*What to do*: Extract all lines in the data that contain the word "SUBTRACT".

Top of Given data

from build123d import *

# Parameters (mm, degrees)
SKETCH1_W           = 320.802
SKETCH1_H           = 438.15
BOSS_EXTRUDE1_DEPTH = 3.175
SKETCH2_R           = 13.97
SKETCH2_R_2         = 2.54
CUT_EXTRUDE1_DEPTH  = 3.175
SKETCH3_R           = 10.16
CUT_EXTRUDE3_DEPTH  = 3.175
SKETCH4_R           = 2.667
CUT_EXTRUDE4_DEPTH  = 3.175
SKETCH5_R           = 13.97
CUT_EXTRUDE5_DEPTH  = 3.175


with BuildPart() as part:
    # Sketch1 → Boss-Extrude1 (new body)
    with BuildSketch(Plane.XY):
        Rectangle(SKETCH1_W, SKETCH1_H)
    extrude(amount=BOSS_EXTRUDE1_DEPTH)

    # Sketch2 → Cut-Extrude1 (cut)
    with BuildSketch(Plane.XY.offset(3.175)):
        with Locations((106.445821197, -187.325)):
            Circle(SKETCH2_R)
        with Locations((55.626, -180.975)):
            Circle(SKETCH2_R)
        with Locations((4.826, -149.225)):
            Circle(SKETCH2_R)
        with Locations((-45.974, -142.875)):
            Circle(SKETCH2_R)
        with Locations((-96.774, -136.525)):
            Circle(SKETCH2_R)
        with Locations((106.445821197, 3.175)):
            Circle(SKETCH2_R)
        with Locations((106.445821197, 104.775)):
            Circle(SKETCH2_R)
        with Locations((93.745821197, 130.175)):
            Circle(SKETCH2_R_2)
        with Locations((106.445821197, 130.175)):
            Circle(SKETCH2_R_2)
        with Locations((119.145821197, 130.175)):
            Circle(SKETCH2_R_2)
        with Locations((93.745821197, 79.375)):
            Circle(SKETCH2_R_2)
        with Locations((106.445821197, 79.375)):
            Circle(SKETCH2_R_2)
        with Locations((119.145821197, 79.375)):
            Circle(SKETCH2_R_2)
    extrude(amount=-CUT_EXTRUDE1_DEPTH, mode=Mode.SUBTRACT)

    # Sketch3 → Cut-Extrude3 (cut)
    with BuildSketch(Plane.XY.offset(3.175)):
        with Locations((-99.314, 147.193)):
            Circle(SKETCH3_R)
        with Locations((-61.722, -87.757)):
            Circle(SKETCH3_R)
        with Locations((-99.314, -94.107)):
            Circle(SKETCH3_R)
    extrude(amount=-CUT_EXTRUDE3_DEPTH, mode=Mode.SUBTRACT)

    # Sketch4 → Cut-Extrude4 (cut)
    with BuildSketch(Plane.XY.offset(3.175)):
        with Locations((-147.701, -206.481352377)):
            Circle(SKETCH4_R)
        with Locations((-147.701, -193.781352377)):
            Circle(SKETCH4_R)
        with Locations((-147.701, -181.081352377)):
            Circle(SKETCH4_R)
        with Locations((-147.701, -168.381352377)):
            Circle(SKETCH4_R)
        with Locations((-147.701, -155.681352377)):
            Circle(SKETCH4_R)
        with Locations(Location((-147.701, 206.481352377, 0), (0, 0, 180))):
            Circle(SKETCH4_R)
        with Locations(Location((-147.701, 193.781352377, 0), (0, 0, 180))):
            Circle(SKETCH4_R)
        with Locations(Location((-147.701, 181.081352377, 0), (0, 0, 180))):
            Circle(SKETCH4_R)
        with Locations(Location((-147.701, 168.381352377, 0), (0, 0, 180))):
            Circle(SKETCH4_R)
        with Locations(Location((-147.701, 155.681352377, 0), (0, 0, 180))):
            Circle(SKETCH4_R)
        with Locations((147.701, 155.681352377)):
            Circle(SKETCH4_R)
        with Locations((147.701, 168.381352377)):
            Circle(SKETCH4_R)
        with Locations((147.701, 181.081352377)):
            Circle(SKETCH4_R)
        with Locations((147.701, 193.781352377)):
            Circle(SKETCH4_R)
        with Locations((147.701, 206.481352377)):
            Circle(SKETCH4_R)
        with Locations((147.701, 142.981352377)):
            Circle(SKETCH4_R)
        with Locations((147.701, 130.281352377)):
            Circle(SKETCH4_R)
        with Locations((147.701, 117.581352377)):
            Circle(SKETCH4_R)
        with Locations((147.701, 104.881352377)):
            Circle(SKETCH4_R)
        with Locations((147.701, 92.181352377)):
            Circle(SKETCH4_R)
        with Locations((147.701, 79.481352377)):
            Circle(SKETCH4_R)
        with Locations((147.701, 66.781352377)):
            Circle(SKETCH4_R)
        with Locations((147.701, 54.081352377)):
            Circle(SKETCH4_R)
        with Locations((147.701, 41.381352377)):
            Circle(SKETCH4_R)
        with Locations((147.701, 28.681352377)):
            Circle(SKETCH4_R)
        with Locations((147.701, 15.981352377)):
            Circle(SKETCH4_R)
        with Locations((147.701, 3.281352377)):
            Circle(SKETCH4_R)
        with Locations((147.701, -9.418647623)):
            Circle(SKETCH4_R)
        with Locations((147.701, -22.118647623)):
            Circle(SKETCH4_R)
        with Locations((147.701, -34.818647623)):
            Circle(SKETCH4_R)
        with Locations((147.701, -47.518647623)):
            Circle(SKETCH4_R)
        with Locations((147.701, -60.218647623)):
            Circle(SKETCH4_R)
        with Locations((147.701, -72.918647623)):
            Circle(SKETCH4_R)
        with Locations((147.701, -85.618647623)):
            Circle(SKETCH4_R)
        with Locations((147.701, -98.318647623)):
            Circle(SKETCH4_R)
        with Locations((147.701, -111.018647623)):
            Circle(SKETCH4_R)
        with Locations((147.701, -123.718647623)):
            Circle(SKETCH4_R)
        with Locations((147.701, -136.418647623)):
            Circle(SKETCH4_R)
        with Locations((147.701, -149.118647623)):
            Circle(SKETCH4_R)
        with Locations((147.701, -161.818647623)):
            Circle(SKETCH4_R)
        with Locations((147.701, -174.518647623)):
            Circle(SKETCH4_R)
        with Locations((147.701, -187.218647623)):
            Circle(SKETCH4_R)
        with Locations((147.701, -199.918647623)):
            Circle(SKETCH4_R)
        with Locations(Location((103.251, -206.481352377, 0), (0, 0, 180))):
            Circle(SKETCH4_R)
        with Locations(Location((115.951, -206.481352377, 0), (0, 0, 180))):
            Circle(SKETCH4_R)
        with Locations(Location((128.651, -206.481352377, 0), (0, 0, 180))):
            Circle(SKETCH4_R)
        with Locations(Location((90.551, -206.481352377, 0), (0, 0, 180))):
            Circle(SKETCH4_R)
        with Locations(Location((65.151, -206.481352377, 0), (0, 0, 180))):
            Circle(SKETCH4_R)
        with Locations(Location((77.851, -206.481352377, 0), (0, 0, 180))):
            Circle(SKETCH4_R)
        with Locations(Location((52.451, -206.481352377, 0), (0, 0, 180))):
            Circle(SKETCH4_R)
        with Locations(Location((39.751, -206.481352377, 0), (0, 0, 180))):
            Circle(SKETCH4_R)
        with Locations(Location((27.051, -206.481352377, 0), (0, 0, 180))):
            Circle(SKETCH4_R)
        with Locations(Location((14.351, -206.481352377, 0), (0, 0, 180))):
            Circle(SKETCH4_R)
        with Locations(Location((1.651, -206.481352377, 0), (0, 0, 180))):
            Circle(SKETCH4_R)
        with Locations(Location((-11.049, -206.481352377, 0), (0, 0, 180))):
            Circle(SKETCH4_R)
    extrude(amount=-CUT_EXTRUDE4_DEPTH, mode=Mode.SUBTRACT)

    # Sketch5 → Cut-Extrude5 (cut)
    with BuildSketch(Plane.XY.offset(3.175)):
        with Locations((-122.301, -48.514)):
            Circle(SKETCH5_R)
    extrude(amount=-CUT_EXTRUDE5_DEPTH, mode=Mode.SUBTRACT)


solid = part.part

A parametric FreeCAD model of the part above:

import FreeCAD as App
import Part
import Sketcher
from FreeCAD import Vector
Q = App.Units.Quantity

doc = App.newDocument("Part")
params = doc.addObject("Spreadsheet::Sheet", "Params")
for row, (alias, value) in enumerate([
    ("sketch1_width", "12.63 in"),
    ("sketch1_height", "17.25 in"),
    ("pad1_length", "0.125 in"),
    ("sketch2_diameter", "1.1 in"),
    ("sketch2_diameter2", "0.2 in"),
    ("pocket1_length", "0.125 in"),
    ("sketch3_diameter", "0.8 in"),
    ("pocket2_length", "0.125 in"),
    ("sketch4_diameter", "0.21 in"),
    ("pocket3_length", "0.125 in"),
    ("sketch5_diameter", "1.1 in"),
    ("pocket4_length", "0.125 in"),
], start=1):
    params.set(f"A{row}", alias)
    params.set(f"B{row}", "=" + value)
    params.setAlias(f"B{row}", alias)

body = doc.addObject("PartDesign::Body", "Body")

sketch1 = body.newObject("Sketcher::SketchObject", "Sketch")
sketch1.AttachmentSupport = (doc.getObject("XY_Plane"), [""])
sketch1.MapMode = "FlatFace"
sketch1.addGeometry([
    Part.LineSegment(Vector(-160, 219, 0), Vector(-160, -219, 0)),
    Part.LineSegment(Vector(-160, -219, 0), Vector(160, -219, 0)),
    Part.LineSegment(Vector(160, -219, 0), Vector(160, 219, 0)),
    Part.LineSegment(Vector(160, 219, 0), Vector(-160, 219, 0)),
], False)
sketch1.addConstraint([
    Sketcher.Constraint("Coincident", 0, 2, 1, 1),
    Sketcher.Constraint("Coincident", 1, 2, 2, 1),
    Sketcher.Constraint("Coincident", 2, 2, 3, 1),
    Sketcher.Constraint("Coincident", 3, 2, 0, 1),
    Sketcher.Constraint("Vertical", 0),
    Sketcher.Constraint("Horizontal", 1),
    Sketcher.Constraint("Vertical", 2),
    Sketcher.Constraint("Horizontal", 3),
    Sketcher.Constraint("Symmetric", 0, 2, 2, 2, -1, 1),
    Sketcher.Constraint("DistanceX", 1, 1, 1, 2, Q("12.63 in")),
    Sketcher.Constraint("DistanceY", 0, 2, 0, 1, Q("17.25 in")),
])
sketch1.setExpression("Constraints[9]", "Params.sketch1_width")
sketch1.setExpression("Constraints[10]", "Params.sketch1_height")
pad1 = body.newObject("PartDesign::Pad", "Pad")
pad1.Profile = sketch1
pad1.setExpression("Length", "Params.pad1_length")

Bottom of Given data

*Solution for this exercise*:
    extrude(amount=-CUT_EXTRUDE1_DEPTH, mode=Mode.SUBTRACT)
    extrude(amount=-CUT_EXTRUDE3_DEPTH, mode=Mode.SUBTRACT)
    extrude(amount=-CUT_EXTRUDE4_DEPTH, mode=Mode.SUBTRACT)
    extrude(amount=-CUT_EXTRUDE5_DEPTH, mode=Mode.SUBTRACT)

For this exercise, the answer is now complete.